*** Opening of Provided records ***
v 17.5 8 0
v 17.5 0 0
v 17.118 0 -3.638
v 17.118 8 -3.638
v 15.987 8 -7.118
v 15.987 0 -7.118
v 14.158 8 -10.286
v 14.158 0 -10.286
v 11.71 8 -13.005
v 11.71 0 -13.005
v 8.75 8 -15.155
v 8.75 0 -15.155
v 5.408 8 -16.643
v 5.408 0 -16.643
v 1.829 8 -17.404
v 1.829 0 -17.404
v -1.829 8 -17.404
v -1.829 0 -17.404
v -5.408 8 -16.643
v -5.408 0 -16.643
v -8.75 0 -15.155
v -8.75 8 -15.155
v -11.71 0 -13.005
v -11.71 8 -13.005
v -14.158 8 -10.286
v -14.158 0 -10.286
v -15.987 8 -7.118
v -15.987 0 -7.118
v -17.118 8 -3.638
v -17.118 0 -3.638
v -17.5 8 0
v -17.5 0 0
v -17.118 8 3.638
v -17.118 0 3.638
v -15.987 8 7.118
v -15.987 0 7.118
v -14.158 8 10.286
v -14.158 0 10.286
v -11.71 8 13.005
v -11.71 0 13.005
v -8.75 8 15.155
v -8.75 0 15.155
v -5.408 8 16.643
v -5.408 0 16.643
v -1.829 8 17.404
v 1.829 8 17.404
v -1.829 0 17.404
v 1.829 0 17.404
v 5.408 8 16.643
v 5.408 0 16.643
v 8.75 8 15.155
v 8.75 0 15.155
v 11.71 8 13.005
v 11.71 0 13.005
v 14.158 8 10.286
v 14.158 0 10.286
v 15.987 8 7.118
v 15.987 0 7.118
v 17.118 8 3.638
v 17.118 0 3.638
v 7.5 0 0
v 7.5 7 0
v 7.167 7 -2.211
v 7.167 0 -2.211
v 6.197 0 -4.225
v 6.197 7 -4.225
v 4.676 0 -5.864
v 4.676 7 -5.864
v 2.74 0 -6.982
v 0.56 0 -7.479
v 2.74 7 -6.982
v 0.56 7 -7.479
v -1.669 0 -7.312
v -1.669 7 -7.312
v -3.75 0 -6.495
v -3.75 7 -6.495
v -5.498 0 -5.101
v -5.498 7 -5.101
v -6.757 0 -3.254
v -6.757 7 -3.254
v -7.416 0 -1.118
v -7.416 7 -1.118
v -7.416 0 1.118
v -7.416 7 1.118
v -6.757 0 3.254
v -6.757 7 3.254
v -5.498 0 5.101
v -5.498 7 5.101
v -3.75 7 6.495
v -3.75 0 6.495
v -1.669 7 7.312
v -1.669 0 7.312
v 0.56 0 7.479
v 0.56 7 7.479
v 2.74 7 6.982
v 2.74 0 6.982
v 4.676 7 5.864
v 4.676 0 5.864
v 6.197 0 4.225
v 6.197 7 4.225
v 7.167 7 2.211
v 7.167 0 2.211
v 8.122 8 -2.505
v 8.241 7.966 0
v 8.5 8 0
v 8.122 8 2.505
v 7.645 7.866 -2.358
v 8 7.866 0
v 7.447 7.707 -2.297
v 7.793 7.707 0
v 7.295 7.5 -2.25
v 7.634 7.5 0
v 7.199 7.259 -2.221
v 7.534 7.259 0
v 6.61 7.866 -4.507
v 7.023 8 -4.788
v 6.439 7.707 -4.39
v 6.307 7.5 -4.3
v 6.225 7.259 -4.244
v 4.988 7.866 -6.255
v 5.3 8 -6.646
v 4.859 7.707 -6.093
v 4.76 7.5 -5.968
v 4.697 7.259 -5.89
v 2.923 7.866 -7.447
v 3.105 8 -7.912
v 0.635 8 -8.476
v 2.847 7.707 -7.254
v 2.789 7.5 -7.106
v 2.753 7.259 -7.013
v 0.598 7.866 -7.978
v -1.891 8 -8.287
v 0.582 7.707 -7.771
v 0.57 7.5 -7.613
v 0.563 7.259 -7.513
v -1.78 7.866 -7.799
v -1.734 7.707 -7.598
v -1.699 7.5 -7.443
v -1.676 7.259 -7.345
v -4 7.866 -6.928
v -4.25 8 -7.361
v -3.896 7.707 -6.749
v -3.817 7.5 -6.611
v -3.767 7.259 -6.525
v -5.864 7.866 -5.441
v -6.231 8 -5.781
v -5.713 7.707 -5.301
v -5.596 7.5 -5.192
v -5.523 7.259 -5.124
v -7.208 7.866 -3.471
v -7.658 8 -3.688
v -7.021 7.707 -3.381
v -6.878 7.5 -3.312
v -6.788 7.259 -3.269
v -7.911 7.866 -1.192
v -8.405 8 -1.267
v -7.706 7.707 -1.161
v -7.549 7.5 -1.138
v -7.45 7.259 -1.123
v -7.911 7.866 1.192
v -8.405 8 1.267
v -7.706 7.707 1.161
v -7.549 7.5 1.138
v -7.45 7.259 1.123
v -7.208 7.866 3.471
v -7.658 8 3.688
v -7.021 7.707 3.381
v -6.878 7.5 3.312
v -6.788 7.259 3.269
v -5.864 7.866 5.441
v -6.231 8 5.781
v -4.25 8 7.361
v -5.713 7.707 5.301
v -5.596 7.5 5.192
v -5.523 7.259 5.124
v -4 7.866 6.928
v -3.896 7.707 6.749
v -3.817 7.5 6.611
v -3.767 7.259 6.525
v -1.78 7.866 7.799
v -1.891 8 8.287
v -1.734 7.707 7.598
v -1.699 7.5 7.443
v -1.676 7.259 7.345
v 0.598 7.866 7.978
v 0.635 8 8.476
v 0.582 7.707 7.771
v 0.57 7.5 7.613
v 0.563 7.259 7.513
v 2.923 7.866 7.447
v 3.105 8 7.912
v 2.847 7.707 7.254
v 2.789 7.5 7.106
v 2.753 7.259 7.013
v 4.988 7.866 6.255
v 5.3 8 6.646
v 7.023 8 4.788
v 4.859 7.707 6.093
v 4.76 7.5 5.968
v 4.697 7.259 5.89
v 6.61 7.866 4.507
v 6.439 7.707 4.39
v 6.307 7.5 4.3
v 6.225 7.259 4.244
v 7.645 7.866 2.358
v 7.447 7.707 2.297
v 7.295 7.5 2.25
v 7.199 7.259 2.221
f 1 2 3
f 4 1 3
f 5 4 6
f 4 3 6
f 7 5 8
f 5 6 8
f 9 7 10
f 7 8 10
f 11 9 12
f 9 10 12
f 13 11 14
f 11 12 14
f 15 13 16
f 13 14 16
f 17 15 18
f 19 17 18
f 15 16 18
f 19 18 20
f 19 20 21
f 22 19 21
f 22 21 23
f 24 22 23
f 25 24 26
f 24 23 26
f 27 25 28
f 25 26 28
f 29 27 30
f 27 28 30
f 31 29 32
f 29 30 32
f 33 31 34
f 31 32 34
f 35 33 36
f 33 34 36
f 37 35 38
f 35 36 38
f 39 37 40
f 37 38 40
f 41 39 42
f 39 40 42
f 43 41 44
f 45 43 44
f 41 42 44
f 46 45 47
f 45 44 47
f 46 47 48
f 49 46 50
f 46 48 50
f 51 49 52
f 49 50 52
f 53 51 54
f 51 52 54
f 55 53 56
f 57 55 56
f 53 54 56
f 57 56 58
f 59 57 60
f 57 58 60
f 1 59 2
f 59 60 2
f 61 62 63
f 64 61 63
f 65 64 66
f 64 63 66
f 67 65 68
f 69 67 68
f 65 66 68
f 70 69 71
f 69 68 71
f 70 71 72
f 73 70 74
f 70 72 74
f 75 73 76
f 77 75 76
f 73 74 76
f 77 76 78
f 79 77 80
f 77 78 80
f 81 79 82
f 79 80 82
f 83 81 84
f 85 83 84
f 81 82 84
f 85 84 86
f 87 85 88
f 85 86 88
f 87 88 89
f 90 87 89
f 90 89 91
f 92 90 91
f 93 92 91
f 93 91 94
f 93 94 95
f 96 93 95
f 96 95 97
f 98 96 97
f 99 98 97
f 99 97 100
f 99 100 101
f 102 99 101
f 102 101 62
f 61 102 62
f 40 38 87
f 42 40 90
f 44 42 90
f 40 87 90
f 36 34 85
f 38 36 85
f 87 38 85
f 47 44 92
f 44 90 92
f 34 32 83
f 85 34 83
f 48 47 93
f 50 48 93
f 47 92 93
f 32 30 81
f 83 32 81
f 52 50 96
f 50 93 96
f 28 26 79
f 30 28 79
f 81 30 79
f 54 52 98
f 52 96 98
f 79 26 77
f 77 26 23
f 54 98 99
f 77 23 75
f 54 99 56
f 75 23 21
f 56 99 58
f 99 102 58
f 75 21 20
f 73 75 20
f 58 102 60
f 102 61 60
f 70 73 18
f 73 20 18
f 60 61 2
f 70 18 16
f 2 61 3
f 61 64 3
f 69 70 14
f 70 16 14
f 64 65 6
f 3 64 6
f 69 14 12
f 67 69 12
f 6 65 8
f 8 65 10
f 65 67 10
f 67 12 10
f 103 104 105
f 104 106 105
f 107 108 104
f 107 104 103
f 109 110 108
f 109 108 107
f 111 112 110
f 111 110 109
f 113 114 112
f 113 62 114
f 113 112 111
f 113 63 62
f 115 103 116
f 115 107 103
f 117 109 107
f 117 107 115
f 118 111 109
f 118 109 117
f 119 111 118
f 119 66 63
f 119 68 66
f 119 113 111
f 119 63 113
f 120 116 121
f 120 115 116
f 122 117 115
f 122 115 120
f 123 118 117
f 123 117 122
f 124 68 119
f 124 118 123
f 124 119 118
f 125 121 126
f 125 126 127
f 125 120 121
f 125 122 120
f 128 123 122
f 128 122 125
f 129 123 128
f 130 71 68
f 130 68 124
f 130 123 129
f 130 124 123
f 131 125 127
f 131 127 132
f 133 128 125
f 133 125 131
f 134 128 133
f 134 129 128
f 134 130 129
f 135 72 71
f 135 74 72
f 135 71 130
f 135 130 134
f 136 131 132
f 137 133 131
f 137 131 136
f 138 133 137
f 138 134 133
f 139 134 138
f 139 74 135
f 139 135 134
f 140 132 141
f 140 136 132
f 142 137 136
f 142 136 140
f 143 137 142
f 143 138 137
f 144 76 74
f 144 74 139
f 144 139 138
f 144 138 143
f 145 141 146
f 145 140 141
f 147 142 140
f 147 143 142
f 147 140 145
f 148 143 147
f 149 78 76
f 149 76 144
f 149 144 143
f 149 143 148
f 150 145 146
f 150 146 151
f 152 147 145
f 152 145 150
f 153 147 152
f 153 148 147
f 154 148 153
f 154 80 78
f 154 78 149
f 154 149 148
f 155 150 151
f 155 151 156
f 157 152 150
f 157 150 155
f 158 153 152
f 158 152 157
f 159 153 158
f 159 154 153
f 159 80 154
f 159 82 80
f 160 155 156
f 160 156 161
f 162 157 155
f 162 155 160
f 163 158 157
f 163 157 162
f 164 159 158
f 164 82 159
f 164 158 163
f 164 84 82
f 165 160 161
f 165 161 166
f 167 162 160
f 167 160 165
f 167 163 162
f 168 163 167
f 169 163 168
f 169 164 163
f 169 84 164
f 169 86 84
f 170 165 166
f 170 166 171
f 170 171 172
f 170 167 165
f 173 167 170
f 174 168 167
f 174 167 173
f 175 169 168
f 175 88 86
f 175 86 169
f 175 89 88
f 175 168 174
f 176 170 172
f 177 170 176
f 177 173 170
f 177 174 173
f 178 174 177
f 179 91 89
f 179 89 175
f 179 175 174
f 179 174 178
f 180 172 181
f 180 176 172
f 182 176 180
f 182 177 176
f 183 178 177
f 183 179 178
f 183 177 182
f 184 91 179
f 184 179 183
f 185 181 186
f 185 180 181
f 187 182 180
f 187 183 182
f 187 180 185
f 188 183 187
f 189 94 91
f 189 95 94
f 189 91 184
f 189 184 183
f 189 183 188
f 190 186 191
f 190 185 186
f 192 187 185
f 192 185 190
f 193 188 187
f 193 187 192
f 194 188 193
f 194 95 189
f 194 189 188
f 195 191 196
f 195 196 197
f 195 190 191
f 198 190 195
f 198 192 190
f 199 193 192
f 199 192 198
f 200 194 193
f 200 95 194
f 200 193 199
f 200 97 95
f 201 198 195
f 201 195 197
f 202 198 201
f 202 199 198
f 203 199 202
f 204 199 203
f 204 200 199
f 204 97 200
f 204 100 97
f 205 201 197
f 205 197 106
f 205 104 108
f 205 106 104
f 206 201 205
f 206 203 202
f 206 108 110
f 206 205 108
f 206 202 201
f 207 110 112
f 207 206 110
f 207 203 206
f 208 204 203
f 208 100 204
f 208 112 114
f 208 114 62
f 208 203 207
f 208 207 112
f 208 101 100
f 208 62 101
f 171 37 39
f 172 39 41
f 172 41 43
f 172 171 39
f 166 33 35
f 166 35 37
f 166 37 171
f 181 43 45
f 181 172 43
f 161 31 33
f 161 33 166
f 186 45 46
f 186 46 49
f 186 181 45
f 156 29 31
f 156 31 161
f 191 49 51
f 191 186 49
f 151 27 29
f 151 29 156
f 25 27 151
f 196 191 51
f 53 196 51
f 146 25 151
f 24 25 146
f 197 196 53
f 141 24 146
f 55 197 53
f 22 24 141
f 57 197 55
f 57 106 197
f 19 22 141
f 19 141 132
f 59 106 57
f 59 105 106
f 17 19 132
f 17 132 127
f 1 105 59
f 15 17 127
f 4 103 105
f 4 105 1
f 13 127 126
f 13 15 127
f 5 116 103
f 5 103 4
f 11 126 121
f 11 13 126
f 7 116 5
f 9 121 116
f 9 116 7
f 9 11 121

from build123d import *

# Parameters (mm, degrees)
SKETCH1_R           = 17.5
BOSS_EXTRUDE1_DEPTH = 8
SKETCH2_R           = 7.5
CUT_EXTRUDE1_DEPTH  = 9
FILLET1_R           = 1


with BuildPart() as part:
    # Sketch1 → Boss-Extrude1 (new body)
    with BuildSketch(Plane(origin=(0, 0, 0), x_dir=(1, 0, 0), z_dir=(0, 1, 0))):
        Circle(SKETCH1_R)
    extrude(amount=BOSS_EXTRUDE1_DEPTH)

    # Sketch2 → Cut-Extrude1 (cut, through all)
    with BuildSketch(Plane(origin=(0, 8, 0), x_dir=(1, 0, 0), z_dir=(0, 1, 0))):
        Circle(SKETCH2_R)
    extrude(amount=-CUT_EXTRUDE1_DEPTH, mode=Mode.SUBTRACT)

    # Fillet1
    fillet1_edges = [part.edges().sort_by_distance(p)[0] for p in [
        (-7.5, 8, 0),
    ]]
    fillet(fillet1_edges, radius=FILLET1_R)


solid = part.part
*** Close of Provided records ***
### Task directions
Could you copy exactly the lines from the first line of the records above through the line containing "v 1.829 8 -17.404", both included, and nothing else?

### Solution below
v 17.5 8 0
v 17.5 0 0
v 17.118 0 -3.638
v 17.118 8 -3.638
v 15.987 8 -7.118
v 15.987 0 -7.118
v 14.158 8 -10.286
v 14.158 0 -10.286
v 11.71 8 -13.005
v 11.71 0 -13.005
v 8.75 8 -15.155
v 8.75 0 -15.155
v 5.408 8 -16.643
v 5.408 0 -16.643
v 1.829 8 -17.404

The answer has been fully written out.